Kündigung

AGG-Entschädigung wegen unwirksamer Kündigung eines schwerbehinderten Arbeitnehmers

Kündigung

Die Kündigung eines schwerbehinderten Arbeitnehmers ohne vorherige Einholung der Zustimmung des Integrationsamtes begründet die Vermutung i.S.v. § 22 AGG, dass er wegen seiner Schwerbehinderung benachteiligt worden ist.

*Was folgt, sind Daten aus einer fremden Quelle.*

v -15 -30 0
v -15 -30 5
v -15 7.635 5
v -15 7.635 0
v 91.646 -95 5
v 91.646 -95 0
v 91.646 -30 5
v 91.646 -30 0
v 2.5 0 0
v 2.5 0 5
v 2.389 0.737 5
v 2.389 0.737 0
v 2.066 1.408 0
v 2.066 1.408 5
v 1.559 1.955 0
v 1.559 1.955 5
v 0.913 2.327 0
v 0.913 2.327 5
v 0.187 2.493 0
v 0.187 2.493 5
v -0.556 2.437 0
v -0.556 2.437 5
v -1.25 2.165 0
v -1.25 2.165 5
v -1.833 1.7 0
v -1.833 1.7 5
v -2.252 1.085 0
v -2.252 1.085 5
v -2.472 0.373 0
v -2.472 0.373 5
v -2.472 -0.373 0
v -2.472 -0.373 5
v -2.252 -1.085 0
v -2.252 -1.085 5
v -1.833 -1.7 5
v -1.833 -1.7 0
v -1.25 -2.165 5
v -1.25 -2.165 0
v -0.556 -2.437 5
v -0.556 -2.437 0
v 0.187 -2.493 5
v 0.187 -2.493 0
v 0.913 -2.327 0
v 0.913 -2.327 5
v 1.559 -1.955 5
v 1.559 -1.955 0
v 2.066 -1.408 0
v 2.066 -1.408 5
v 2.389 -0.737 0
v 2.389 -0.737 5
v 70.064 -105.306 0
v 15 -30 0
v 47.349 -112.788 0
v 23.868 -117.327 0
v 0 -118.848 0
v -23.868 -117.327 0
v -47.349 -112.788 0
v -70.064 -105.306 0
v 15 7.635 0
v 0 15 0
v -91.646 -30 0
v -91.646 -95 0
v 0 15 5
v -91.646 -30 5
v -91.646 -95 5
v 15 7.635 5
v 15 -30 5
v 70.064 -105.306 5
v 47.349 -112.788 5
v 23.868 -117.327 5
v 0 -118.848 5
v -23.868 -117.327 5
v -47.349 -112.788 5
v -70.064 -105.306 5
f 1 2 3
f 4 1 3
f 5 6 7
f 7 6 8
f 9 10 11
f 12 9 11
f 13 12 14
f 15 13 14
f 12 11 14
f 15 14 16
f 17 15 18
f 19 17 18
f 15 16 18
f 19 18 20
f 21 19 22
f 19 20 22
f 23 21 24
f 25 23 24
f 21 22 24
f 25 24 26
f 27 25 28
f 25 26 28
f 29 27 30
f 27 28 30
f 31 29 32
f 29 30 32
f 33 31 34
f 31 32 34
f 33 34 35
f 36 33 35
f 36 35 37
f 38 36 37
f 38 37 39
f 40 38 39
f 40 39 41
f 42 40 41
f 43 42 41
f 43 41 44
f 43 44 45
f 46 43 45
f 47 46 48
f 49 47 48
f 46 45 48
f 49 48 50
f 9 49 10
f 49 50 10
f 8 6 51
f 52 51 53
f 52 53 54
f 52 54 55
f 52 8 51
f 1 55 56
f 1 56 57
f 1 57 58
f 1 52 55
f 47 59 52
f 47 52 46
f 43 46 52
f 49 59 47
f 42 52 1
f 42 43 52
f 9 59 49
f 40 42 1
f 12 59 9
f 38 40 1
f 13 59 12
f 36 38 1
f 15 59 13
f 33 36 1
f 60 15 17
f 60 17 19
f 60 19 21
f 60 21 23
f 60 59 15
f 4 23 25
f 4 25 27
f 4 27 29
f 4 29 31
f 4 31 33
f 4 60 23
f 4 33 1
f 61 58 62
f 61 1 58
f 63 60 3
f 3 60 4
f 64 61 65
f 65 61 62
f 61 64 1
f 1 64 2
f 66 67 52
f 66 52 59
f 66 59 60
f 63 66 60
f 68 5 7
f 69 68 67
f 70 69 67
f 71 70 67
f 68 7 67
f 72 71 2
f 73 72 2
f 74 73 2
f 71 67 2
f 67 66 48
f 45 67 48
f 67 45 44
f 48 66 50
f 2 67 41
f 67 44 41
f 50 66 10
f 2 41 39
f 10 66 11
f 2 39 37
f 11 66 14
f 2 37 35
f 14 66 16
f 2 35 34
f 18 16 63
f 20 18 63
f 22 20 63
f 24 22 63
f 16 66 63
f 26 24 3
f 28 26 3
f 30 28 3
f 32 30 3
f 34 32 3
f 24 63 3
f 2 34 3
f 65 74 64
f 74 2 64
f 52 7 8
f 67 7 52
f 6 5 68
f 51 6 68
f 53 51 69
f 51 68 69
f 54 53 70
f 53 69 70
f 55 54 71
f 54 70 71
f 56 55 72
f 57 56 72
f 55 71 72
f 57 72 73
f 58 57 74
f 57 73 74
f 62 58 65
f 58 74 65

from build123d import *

# Parameters (mm, degrees)
P_IDAT_VYSUNUT_M1_DEPTH  = 5
SKICA2_R                 = 2.5
ODEBRAT_VYSUNUT_M1_DEPTH = 5
ODEBRAT_VYSUNUT_M2_DEPTH = 5
P_IDAT_VYSUNUT_M2_DEPTH  = 5


with BuildPart() as part:
    # Skica1 → Přidat vysunutím1 (new body)
    with BuildSketch(Plane.XY):
        Polygon((-91.646058289, -95), (91.646058289, -95), (91.646058289, -30), (0, 15), (-91.646058289, -30), align=None)
    extrude(amount=P_IDAT_VYSUNUT_M1_DEPTH)

    # Skica2 → Odebrat vysunutím1 (cut)
    with BuildSketch(Plane.XY.offset(5)):
        Circle(SKICA2_R)
    extrude(amount=-ODEBRAT_VYSUNUT_M1_DEPTH, mode=Mode.SUBTRACT)

    # Skica3 → Odebrat vysunutím2 (cut)
    with BuildSketch(Plane.XY.offset(5)):
        Polygon((91.646058289, -30), (15, -30), (15, 7.634707781), align=None)
        Polygon((-15, 7.634707781), (-91.646058289, -30), (-15, -30), align=None)
    extrude(amount=-ODEBRAT_VYSUNUT_M2_DEPTH, mode=Mode.SUBTRACT)

    # Skica4 → Přidat vysunutím2 (add)
    with BuildSketch(Plane.XY.offset(5)):
        with BuildLine():
            Line((-91.646058289, -95), (91.646058289, -95))
            ThreePointArc((91.646058289, -95), (0, -118.848037221), (-91.646058289, -95))
        make_face()
    extrude(amount=-P_IDAT_VYSUNUT_M2_DEPTH)


solid = part.part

LAG Baden-Württemberg, Urteil vom 17.05.2021 – 10 Sa 49/20 

Schwerbehinderung „schlichtweg übersehen“

In dem streitigen Fall hatte die beklagte Arbeitgeberin das Arbeitsverhältnis mit dem schwerbehinderten Kläger ohne vorherige Beteiligung des Integrationsamtes gekündigt und erst im Kündigungsschutzverfahren die Rücknahme der Kündigung erklärt. Der Kläger fordert von der Beklagten eine Entschädigung nach dem Allgemeinen Gleichbehandlungsgesetz (AGG) in Höhe von mindestens drei Bruttomonatsgehältern. Die Kündigung sei wegen seiner Schwerbehinderung ausgesprochen worden. Die Beklagte gab an, ausschließlich aus betriebsbedingten Gründen gekündigt zu haben. Die Schwerbehinderung des Klägers sei bei der Sozialauswahl „schlichtweg übersehen“ worden.

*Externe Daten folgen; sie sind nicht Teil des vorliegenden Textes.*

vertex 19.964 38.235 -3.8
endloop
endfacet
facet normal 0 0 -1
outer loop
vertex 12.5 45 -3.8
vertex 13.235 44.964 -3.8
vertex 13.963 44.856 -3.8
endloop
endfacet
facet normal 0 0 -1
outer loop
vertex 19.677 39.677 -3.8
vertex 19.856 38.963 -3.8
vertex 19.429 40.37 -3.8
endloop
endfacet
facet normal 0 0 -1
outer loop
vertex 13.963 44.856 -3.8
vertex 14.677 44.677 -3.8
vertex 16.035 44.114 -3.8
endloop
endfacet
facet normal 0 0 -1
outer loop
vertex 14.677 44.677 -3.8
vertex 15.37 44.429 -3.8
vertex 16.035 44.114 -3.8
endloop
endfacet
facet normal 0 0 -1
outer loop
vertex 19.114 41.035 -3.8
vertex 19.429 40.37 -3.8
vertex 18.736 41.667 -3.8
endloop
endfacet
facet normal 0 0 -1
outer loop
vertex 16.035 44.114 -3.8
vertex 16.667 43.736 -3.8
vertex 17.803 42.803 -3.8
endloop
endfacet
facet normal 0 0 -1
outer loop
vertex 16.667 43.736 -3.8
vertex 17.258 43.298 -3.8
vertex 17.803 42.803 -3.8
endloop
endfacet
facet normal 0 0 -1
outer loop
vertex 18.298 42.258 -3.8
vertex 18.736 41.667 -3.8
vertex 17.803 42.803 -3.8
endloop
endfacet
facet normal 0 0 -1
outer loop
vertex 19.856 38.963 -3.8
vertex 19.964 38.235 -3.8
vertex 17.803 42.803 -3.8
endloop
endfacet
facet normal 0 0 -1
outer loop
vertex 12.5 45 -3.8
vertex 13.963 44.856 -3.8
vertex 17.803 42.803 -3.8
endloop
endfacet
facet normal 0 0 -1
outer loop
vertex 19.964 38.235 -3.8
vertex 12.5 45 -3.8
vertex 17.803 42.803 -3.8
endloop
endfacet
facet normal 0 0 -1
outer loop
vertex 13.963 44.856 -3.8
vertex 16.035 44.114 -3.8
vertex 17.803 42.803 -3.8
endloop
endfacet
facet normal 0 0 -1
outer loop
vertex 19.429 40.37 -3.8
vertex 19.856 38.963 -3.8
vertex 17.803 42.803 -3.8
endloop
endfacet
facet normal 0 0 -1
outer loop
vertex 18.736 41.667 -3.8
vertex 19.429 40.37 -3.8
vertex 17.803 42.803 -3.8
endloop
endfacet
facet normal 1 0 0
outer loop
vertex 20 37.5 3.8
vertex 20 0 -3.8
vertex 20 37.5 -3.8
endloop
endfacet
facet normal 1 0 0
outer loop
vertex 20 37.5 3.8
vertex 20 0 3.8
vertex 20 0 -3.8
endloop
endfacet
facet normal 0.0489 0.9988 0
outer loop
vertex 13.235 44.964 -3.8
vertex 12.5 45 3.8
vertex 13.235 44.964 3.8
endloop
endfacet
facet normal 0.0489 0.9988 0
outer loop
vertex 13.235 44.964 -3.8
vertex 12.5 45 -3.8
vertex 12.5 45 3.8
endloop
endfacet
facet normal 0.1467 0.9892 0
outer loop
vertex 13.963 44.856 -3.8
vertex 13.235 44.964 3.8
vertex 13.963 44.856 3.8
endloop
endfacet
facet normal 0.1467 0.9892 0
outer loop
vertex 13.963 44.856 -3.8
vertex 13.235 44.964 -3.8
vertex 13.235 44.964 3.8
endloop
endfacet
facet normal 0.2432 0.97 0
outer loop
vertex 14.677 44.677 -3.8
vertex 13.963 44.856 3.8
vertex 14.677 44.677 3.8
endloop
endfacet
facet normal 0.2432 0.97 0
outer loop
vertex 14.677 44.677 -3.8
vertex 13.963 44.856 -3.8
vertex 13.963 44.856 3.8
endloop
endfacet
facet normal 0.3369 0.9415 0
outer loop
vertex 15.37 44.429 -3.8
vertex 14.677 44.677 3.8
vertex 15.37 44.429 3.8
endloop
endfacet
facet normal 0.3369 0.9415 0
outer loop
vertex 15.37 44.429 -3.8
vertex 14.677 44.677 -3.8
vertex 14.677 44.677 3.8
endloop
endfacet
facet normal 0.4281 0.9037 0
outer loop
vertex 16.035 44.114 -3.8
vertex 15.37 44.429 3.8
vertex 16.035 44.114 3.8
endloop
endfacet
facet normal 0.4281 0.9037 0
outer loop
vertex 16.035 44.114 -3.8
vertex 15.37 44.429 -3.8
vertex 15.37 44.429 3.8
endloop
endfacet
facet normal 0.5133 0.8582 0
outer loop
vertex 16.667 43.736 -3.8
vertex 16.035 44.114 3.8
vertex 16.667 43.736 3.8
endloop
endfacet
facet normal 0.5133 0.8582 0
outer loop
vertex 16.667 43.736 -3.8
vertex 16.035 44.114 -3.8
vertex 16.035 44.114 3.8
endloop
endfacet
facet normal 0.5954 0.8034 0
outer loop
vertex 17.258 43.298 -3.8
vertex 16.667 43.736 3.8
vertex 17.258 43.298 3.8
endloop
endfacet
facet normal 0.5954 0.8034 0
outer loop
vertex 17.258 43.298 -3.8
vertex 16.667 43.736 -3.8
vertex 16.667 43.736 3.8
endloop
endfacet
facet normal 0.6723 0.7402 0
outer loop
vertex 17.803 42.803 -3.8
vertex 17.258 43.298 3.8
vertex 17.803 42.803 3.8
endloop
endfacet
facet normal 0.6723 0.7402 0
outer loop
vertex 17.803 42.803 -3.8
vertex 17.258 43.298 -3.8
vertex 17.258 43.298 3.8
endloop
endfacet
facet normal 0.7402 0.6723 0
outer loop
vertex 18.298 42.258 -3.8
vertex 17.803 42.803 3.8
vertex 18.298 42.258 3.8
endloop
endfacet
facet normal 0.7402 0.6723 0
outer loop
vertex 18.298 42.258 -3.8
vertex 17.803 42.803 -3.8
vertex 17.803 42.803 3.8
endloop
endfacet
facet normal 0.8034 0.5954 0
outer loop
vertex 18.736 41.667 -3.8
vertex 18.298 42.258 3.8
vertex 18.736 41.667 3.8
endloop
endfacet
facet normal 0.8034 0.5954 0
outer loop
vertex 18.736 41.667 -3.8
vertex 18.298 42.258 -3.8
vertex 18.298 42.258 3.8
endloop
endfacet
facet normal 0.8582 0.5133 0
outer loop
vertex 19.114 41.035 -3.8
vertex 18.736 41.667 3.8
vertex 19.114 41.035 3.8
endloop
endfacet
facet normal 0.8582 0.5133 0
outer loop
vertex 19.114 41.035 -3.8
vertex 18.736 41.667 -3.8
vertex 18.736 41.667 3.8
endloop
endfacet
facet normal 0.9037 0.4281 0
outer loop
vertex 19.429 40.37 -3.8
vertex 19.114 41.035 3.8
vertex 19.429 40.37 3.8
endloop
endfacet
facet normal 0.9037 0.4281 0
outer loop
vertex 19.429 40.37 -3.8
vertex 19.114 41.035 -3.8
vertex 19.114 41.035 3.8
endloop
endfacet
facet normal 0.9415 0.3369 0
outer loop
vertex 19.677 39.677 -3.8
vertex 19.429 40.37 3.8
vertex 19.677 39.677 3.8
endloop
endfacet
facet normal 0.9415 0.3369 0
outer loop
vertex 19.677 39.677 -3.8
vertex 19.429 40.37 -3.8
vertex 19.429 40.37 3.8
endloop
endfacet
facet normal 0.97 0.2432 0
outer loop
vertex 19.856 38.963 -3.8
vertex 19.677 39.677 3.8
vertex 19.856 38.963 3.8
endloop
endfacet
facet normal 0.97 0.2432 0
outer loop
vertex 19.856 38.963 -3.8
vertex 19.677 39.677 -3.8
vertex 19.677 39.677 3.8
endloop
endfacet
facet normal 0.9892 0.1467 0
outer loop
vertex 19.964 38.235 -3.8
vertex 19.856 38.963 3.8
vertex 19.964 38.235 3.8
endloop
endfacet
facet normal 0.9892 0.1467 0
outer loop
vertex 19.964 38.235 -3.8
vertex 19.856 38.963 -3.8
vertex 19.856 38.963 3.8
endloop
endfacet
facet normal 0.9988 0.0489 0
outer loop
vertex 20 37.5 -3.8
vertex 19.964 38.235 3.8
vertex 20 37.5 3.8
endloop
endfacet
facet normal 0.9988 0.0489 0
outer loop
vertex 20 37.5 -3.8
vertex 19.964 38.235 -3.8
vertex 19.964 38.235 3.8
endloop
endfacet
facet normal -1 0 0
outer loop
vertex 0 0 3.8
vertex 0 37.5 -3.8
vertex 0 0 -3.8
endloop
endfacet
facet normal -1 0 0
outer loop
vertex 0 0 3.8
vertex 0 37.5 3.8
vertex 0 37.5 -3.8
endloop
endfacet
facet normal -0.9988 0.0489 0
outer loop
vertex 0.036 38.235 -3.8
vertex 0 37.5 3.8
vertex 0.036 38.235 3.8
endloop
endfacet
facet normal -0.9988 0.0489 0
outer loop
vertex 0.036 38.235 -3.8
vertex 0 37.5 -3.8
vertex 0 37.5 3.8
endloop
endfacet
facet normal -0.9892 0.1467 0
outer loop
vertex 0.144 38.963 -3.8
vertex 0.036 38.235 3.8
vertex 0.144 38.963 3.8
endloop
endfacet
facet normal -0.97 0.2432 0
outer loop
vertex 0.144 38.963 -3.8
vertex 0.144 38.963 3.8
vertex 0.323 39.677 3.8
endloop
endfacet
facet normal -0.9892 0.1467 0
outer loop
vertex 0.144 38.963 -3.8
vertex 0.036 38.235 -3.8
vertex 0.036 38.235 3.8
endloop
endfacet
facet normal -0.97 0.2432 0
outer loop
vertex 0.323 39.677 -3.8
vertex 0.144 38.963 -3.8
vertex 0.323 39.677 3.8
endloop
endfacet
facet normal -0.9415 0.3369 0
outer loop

Nachteil durch Nichtbeachtung

Sowohl die erste Instanz als auch das Berufungsgericht LAG sprachen dem Kläger eine Entschädigung nach dem AGG zu. Durch die ohne Zustimmung des Integrationsamtes ausgesprochene Kündigung habe die Beklagte den Kläger wegen seiner Schwerbehinderung benachteiligt. Maßgeblich sei, dass dem Kläger durch die Nichtbeachtung der Schwerbehinderung der Vorteil des besonderen Kündigungsschutzes entzogen worden sei.

Absicht nicht entscheidend

Da es auf eine Benachteiligungsabsicht nicht ankomme, habe der Kläger auch nicht beweisen müssen, dass die Beklagte ihn benachteiligen wollte. Es genüge, wenn der Betroffene Indizien vorträgt, die eine Benachteiligung vermuten lassen. Zur Widerlegung hätte die Beklagte Tatsachen vorzutragen und ggf. beweisen müssen, aus denen sich ergibt, dass ausschließlich andere Gründe als die Schwerbehinderung zu einer ungünstigeren Behandlung geführt haben. Dies sei ihr nicht gelungen.

Achtung Schutzvorschriften

Nach dem LAG begründet der Verstoß des Arbeitgebers gegen Vorschriften, die Verfahrens- und/oder Förderpflichten zu Gunsten schwerbehinderten Menschen enthalten, regelmäßig die Vermutung einer Benachteiligung wegen der (Schwer)Behinderung. Wenn der Arbeitgeber von einer Schwerbehinderung weiß, beinhaltet der Ausspruch einer Kündigung ohne Beteiligung des Integrationsamtes die Gefahr einer Entschädigungspflicht. Vom laxen Umgang mit Schutzvorschriften ist also dringend abzuraten.